SO LONG, FAREWELL

The century of American global domination of language is over, a linguist says

But how do you order a latte?
But how do you order a latte?
Image: Reuters

As an American linguist living and working in the UK, Lynne Murphy hears a lot of complaints about the creeping Americanization of British English.

Top of the list of American phrases that bother Brits, she says, is the formulation “Can I get…?” as in “Can I get a grande latte?” (As opposed to the more British “Could I have…?”) Some blame the construction, now used widely in the UK, on the long-running US sitcom Friends.

But while some argue that the infiltration of American English is constantly speeding up, Murphy, a reader in linguistics at the University of Sussex, says that in fact the great era of American English as the language of the world was the 20th century, and it’s over.

“American culture (and words) could easily spread in the 20th century because it was hard to produce and distribute recorded entertainment, but the US had the capacity and the economy and the marketing savvy to do so,” Murphy wrote in a recent blog. What’s changed in the 21st century, she suggests, is that the internet has re-formed our relationship with media, making audiences less purely receptive, and more able to seek out the content that interests them. Ultimately, she argues, there’s more “exchange of words between people, rather than just reception of words from the media.”

“[P]opular songs are less universally popular, because people have more access to more different kinds of music on download,” she writes. “Instead of two or three or four choices on television, there are hundreds. And if you don’t like what you’re seeing you can go on YouTube or SoundCloud…and find all sorts of people doing all sorts of things.”

Geopolitics is also involved. During the last century, two world wars and the Cold War saw Americans posted all over the world, “using their slang in the presence of young recruits from other countries,” she writes. American manufactured goods were widely exported and advertised. With the election of Donald Trump as US president, however, the country’s rhetoric has become decidedly more isolationist. Murphy asks both whether its words and its culture will flow so freely abroad as before, and whether the rest of the world will be as receptive to them.
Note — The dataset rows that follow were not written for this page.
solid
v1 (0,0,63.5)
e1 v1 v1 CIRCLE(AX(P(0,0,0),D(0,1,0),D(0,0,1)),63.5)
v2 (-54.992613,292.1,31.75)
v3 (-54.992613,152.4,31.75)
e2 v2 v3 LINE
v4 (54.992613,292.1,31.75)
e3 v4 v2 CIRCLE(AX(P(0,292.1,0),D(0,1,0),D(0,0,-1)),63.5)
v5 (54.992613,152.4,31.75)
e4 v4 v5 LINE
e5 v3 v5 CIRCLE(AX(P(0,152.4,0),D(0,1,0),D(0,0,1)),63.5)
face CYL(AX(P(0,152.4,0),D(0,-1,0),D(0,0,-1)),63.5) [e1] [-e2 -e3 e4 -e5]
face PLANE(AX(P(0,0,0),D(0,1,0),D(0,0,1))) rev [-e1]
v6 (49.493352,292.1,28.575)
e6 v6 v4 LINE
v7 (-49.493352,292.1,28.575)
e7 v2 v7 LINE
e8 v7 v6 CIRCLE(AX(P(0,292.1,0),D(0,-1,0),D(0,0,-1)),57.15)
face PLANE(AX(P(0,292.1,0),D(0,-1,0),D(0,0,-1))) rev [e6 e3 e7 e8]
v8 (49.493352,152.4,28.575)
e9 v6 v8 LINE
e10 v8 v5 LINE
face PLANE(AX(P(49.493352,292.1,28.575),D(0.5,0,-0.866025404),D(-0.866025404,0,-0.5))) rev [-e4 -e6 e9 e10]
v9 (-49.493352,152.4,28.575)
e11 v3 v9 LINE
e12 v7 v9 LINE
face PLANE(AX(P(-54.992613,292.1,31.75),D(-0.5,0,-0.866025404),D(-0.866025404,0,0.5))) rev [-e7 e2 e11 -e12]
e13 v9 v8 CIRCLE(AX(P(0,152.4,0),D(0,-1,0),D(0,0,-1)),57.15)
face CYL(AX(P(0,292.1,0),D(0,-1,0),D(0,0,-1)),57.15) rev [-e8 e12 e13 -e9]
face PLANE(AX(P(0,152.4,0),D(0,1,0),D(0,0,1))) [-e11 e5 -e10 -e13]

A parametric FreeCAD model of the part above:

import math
import FreeCAD as App
import Part
import Sketcher
from FreeCAD import Vector
Q = App.Units.Quantity

doc = App.newDocument("Part")
body = doc.addObject("PartDesign::Body", "Body")

sketch1 = body.newObject("Sketcher::SketchObject", "Sketch")
sketch1.AttachmentSupport = (doc.getObject("XZ_Plane"), [""])
sketch1.MapMode = "FlatFace"
sketch1.addGeometry(Part.Circle(Vector(0, 0, 0), Vector(0, 0, 1), 63.5), False)
sketch1.addConstraint(Sketcher.Constraint("Coincident", 0, 3, -1, 1))
sketch1.addConstraint(Sketcher.Constraint("Diameter", 0, Q("5 in")))
pad1 = body.newObject("PartDesign::Pad", "Pad")
pad1.Profile = sketch1
pad1.Length = Q("6 in")
pad1.Reversed = True

sketch2 = body.newObject("Sketcher::SketchObject", "Sketch001")
sketch2.AttachmentSupport = (doc.getObject("XZ_Plane"), [""])
sketch2.MapMode = "FlatFace"
sketch2.AttachmentOffset = App.Placement(Vector(0, 0, -6 * 25.4), App.Rotation())
sketch2.addGeometry(Part.LineSegment(Vector(-54.992613, 31.75, 0), Vector(-49.493352, 28.575, 0)), False)
sketch2.addGeometry(Part.ArcOfCircle(Part.Circle(Vector(0, 0, 0), Vector(0, 0, 1), 57.15), math.radians(150), math.radians(390)), False)
sketch2.addGeometry(Part.LineSegment(Vector(49.493352, 28.575, 0), Vector(54.992613, 31.75, 0)), False)
sketch2.addGeometry(Part.ArcOfCircle(Part.Circle(Vector(0, 0, 0), Vector(0, 0, 1), 63.5), math.radians(150), math.radians(390)), False)
sketch2.addConstraint(Sketcher.Constraint("Coincident", 0, 2, 1, 1))
sketch2.addConstraint(Sketcher.Constraint("Coincident", 1, 2, 2, 1))
sketch2.addConstraint(Sketcher.Constraint("Coincident", 2, 2, 3, 2))
sketch2.addConstraint(Sketcher.Constraint("Coincident", 3, 1, 0, 1))
sketch2.addConstraint(Sketcher.Constraint("Coincident", 1, 3, -1, 1))
sketch2.addConstraint(Sketcher.Constraint("Coincident", 3, 3, -1, 1))
sketch2.addConstraint(Sketcher.Constraint("Horizontal", 0, 2, 1, 2))
sketch2.addConstraint(Sketcher.Constraint("Horizontal", 2, 2, 3, 1))
sketch2.addConstraint(Sketcher.Constraint("Radius", 3, Q("2.5 in")))
sketch2.addConstraint(Sketcher.Constraint("Radius", 1, Q("2.25 in")))
sketch2.addConstraint(Sketcher.Constraint("Angle", 0, Q("-30 deg")))
sketch2.addConstraint(Sketcher.Constraint("DistanceY", -1, 1, 2, 2, Q("1.25 in")))
pad2 = body.newObject("PartDesign::Pad", "Pad001")
pad2.Profile = sketch2
pad2.Length = Q("5.5 in")
pad2.Reversed = True

doc.recompute()
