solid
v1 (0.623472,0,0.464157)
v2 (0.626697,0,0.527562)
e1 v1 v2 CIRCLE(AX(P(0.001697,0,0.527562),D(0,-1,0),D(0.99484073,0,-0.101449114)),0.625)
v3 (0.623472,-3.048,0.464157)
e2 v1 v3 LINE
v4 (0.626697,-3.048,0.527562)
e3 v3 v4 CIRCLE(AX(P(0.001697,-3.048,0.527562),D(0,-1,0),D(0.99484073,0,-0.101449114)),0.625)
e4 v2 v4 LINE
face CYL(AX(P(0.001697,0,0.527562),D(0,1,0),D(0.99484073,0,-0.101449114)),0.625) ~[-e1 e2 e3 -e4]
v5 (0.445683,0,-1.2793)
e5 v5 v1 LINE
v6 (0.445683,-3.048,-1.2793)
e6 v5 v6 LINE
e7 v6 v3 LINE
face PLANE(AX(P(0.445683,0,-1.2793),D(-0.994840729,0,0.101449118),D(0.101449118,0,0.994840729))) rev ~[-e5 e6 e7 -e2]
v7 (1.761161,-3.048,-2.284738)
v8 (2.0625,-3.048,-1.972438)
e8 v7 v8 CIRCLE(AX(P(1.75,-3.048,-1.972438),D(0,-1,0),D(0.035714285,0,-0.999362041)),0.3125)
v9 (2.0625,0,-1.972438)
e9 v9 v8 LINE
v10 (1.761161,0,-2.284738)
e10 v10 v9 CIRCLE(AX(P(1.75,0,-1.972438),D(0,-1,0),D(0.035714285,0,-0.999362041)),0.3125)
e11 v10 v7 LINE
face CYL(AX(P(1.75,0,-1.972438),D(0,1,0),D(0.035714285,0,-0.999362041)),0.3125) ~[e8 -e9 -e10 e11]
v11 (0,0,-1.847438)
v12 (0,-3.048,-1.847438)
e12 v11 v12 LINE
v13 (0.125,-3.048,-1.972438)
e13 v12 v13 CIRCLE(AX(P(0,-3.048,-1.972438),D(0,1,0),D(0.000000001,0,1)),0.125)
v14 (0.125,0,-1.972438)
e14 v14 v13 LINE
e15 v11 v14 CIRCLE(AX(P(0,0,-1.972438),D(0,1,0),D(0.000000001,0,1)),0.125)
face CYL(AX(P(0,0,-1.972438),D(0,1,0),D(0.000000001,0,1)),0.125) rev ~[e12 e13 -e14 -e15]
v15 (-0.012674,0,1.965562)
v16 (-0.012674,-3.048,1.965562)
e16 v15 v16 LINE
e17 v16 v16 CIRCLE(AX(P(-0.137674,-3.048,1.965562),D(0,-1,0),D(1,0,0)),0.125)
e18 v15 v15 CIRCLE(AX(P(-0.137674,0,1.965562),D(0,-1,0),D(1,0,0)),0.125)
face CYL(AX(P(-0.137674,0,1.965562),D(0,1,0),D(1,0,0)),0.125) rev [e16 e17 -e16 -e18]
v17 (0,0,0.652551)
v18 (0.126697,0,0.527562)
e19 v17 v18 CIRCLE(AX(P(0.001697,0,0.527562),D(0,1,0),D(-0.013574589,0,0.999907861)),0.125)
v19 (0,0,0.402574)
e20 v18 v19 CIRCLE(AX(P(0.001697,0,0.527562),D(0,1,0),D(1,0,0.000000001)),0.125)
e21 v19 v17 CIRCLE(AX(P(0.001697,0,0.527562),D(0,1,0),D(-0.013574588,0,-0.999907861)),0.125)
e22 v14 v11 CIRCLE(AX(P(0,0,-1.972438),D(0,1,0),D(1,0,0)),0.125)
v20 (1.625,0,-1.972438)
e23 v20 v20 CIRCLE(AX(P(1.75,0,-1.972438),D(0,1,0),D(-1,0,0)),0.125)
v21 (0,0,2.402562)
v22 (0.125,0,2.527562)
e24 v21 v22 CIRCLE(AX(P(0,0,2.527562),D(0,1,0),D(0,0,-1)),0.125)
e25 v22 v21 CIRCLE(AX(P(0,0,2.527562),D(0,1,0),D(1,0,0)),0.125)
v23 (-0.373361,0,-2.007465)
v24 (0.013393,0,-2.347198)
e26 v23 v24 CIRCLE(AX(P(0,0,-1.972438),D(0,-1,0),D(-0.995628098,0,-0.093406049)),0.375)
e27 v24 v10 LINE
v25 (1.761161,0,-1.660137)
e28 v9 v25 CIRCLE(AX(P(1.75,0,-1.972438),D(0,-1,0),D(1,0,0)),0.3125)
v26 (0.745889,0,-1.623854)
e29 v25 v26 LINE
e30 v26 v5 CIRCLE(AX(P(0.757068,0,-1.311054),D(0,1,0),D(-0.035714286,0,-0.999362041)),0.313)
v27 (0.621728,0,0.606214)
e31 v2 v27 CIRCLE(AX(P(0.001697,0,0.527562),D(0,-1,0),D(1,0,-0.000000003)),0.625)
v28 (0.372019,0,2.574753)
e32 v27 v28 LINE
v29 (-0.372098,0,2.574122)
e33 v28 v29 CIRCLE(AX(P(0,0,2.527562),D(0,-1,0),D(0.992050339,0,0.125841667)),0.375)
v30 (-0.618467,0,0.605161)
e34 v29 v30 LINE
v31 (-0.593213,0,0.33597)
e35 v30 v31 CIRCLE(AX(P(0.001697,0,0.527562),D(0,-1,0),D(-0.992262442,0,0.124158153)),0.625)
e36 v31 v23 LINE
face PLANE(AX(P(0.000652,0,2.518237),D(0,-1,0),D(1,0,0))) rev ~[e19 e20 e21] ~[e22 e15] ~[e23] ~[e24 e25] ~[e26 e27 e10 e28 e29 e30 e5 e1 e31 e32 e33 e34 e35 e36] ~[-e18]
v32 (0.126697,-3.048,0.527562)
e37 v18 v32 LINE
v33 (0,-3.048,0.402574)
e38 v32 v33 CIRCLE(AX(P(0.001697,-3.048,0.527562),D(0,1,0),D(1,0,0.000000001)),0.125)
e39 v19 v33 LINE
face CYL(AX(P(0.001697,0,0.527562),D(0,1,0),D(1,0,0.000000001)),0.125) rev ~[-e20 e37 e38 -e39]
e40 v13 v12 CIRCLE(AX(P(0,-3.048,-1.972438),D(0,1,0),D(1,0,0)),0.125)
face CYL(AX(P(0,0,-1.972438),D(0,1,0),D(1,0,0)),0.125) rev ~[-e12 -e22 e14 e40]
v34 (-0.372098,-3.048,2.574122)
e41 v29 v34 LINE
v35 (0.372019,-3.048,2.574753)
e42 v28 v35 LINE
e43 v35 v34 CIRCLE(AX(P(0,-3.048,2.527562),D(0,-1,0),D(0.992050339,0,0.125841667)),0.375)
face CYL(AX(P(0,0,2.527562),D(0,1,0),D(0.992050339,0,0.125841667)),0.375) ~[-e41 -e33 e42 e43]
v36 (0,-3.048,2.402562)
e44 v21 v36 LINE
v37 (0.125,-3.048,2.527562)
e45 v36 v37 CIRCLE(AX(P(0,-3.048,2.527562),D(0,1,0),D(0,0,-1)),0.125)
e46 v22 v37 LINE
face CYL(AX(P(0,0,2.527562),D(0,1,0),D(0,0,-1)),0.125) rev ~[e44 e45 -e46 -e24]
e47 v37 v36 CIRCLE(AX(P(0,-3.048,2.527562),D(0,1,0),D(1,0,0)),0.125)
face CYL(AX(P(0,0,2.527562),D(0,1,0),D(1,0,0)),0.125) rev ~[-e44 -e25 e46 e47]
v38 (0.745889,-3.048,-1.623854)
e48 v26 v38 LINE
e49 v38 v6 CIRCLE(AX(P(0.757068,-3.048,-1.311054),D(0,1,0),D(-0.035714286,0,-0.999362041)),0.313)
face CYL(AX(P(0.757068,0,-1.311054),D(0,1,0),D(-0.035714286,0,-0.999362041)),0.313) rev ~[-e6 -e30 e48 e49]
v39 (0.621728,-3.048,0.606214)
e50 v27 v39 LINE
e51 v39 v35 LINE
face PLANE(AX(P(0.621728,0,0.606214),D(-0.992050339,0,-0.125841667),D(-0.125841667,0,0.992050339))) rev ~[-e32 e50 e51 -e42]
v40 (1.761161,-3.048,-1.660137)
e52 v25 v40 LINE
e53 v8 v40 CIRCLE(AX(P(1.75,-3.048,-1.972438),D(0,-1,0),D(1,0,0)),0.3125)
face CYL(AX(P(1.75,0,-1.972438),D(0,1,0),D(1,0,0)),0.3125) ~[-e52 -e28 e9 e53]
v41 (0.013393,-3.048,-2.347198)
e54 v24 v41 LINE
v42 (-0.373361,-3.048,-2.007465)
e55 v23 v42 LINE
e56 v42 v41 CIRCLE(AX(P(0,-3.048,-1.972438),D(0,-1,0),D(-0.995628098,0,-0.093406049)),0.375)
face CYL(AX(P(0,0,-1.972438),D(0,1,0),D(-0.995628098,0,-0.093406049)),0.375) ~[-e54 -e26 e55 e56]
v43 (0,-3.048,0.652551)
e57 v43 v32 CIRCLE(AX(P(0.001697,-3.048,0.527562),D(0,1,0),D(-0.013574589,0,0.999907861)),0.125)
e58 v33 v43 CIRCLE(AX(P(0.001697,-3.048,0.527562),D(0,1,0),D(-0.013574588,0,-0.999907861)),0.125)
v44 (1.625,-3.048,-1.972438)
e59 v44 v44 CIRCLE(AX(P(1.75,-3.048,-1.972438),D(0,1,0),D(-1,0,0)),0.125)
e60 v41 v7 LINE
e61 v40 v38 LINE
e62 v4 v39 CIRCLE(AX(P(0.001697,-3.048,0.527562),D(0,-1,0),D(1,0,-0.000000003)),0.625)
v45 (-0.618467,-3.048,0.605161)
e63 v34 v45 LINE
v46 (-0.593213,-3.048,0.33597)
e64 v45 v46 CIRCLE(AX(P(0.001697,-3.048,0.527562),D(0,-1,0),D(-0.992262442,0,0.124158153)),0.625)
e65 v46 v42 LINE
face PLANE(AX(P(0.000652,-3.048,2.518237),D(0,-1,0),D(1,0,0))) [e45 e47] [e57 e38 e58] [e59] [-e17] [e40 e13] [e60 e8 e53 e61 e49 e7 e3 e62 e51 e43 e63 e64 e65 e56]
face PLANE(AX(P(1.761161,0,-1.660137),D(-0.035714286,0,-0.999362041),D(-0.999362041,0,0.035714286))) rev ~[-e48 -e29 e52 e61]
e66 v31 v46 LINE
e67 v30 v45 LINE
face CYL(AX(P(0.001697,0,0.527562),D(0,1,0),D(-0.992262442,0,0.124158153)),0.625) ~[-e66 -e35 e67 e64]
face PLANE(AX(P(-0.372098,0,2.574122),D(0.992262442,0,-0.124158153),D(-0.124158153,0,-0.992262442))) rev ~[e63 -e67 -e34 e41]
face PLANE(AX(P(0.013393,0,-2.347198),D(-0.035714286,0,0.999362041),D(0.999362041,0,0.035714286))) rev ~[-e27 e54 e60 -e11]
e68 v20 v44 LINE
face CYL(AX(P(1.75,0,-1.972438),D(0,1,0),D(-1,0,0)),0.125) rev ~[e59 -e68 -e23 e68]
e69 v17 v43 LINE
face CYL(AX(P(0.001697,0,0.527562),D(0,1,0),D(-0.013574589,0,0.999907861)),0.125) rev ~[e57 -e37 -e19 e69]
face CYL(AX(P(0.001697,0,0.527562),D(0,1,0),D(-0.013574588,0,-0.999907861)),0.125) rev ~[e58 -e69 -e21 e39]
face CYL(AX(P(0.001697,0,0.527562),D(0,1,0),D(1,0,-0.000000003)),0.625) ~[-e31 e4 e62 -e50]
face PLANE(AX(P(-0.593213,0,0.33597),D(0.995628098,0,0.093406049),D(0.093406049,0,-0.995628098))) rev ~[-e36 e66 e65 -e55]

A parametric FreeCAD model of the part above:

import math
import FreeCAD as App
import Part
import Sketcher
Q = App.Units.Quantity

doc = App.newDocument("Part")
body = doc.addObject("PartDesign::Body", "Body")

# Sketch on XZ plane
sketch1 = doc.addObject("Sketcher::SketchObject", "Sketch")
body.addObject(sketch1)
sketch1.AttachmentSupport = (doc.XZ_Plane, [""])
sketch1.MapMode = "FlatFace"
sketch1.addGeometry(Part.ArcOfCircle(Part.Circle(App.Vector(0, -1.97, 0), App.Vector(0, 0, 1), 0.38), math.radians(-175), math.radians(-88)), False)
sketch1.addGeometry(Part.LineSegment(App.Vector(0.01, -2.35, 0), App.Vector(1.76, -2.28, 0)), False)
sketch1.addGeometry(Part.ArcOfCircle(Part.Circle(App.Vector(1.75, -1.97, 0), App.Vector(0, 0, 1), 0.31), math.radians(-88), math.radians(0)), False)
sketch1.addGeometry(Part.ArcOfCircle(Part.Circle(App.Vector(1.75, -1.97, 0), App.Vector(0, 0, 1), 0.31), math.radians(0), math.radians(88)), False)
sketch1.addGeometry(Part.LineSegment(App.Vector(1.76, -1.66, 0), App.Vector(0.75, -1.62, 0)), False)
sketch1.addGeometry(Part.ArcOfCircle(Part.Circle(App.Vector(0.76, -1.31, 0), App.Vector(0, 0, 1), 0.31), math.radians(174), math.radians(268)), False)
sketch1.addGeometry(Part.LineSegment(App.Vector(0.45, -1.28, 0), App.Vector(0.62, 0.46, 0)), False)
sketch1.addGeometry(Part.ArcOfCircle(Part.Circle(App.Vector(0, 0.53, 0), App.Vector(0, 0, 1), 0.63), math.radians(-5.82), math.radians(0)), False)
sketch1.addGeometry(Part.ArcOfCircle(Part.Circle(App.Vector(0, 0.53, 0), App.Vector(0, 0, 1), 0.62), math.radians(0), math.radians(7.23)), False)
sketch1.addGeometry(Part.LineSegment(App.Vector(0.62, 0.61, 0), App.Vector(0.37, 2.57, 0)), False)
sketch1.addGeometry(Part.ArcOfCircle(Part.Circle(App.Vector(0, 2.53, 0), App.Vector(0, 0, 1), 0.38), math.radians(7), math.radians(173)), False)
sketch1.addGeometry(Part.LineSegment(App.Vector(-0.37, 2.57, 0), App.Vector(-0.62, 0.61, 0)), False)
sketch1.addGeometry(Part.ArcOfCircle(Part.Circle(App.Vector(0, 0.53, 0), App.Vector(0, 0, 1), 0.62), math.radians(173), math.radians(198)), False)
sketch1.addGeometry(Part.LineSegment(App.Vector(-0.59, 0.34, 0), App.Vector(-0.37, -2.01, 0)), False)
sketch1.addGeometry(Part.ArcOfCircle(Part.Circle(App.Vector(0, -1.97, 0), App.Vector(0, 0, 1), 0.12), math.radians(90), math.radians(360)), False)
sketch1.addGeometry(Part.ArcOfCircle(Part.Circle(App.Vector(0, -1.97, 0), App.Vector(0, 0, 1), 0.12), math.radians(0), math.radians(90)), False)
sketch1.addGeometry(Part.Circle(App.Vector(1.75, -1.97, 0), App.Vector(0, 0, 1), 0.12), False)
sketch1.addGeometry(Part.ArcOfCircle(Part.Circle(App.Vector(0, 0.53, 0), App.Vector(0, 0, 1), 0.12), math.radians(0), math.radians(91)), False)
sketch1.addGeometry(Part.ArcOfCircle(Part.Circle(App.Vector(0, 0.53, 0), App.Vector(0, 0, 1), 0.12), math.radians(-91), math.radians(0)), False)
sketch1.addGeometry(Part.ArcOfCircle(Part.Circle(App.Vector(0, 0.53, 0), App.Vector(0, 0, 1), 0.12), math.radians(91), math.radians(269)), False)
sketch1.addGeometry(Part.Circle(App.Vector(-0.14, 1.97, 0), App.Vector(0, 0, 1), 0.12), False)
sketch1.addGeometry(Part.ArcOfCircle(Part.Circle(App.Vector(0, 2.53, 0), App.Vector(0, 0, 1), 0.12), math.radians(0), math.radians(270)), False)
sketch1.addGeometry(Part.ArcOfCircle(Part.Circle(App.Vector(0, 2.53, 0), App.Vector(0, 0, 1), 0.12), math.radians(-90), math.radians(0)), False)
sketch1.addConstraint(Sketcher.Constraint("Tangent", 0, 2, 1, 1))
sketch1.addConstraint(Sketcher.Constraint("Tangent", 1, 2, 2, 1))
sketch1.addConstraint(Sketcher.Constraint("Tangent", 2, 2, 3, 1))
sketch1.addConstraint(Sketcher.Constraint("Tangent", 3, 2, 4, 1))
sketch1.addConstraint(Sketcher.Constraint("Tangent", 4, 2, 5, 2))
sketch1.addConstraint(Sketcher.Constraint("Tangent", 5, 1, 6, 1))
sketch1.addConstraint(Sketcher.Constraint("Tangent", 6, 2, 7, 1))
sketch1.addConstraint(Sketcher.Constraint("Tangent", 7, 2, 8, 1))
sketch1.addConstraint(Sketcher.Constraint("Tangent", 8, 2, 9, 1))
sketch1.addConstraint(Sketcher.Constraint("Tangent", 9, 2, 10, 1))
sketch1.addConstraint(Sketcher.Constraint("Tangent", 10, 2, 11, 1))
sketch1.addConstraint(Sketcher.Constraint("Tangent", 11, 2, 12, 1))
sketch1.addConstraint(Sketcher.Constraint("Coincident", 12, 2, 13, 1))
sketch1.addConstraint(Sketcher.Constraint("Tangent", 13, 2, 0, 1))
sketch1.addConstraint(Sketcher.Constraint("Tangent", 14, 1, 15, 2))
sketch1.addConstraint(Sketcher.Constraint("Coincident", 15, 1, 14, 2))
sketch1.addConstraint(Sketcher.Constraint("Tangent", 17, 1, 18, 2))
sketch1.addConstraint(Sketcher.Constraint("Tangent", 18, 1, 19, 2))
sketch1.addConstraint(Sketcher.Constraint("Tangent", 19, 1, 17, 2))
sketch1.addConstraint(Sketcher.Constraint("Tangent", 21, 1, 22, 2))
Not everyone agrees. Matthew Engel, author of a forthcoming book That’s the Way it Crumbles—The Americanization of British English, argues that America’s cultural and technological strength globally make it hard for other languages—including French, German, and Italian as well as British English— not to metamorphose under its weight.

In conversation with Murphy on BBC Radio 4, Engel said that the first words to come over from the US to the UK were those describing the lives of early settlers and the native populations they encountered: Canoe, tomahawk, and moccasin, for example. Now, though, Britain is seeing “a huge torrent” of language from the US, and being constantly changed by it.

But Murphy is firm. “The American century has happened,” she writes. English has the edge on other languages as a “universal” global language because it’s already widely used—and some burgeoning powers such as India already have their own relationship with the language, and distinctive ways of using it. If English continues to hold the lingua franca status, she writes, the influences that change it ”may be coming from other places altogether.”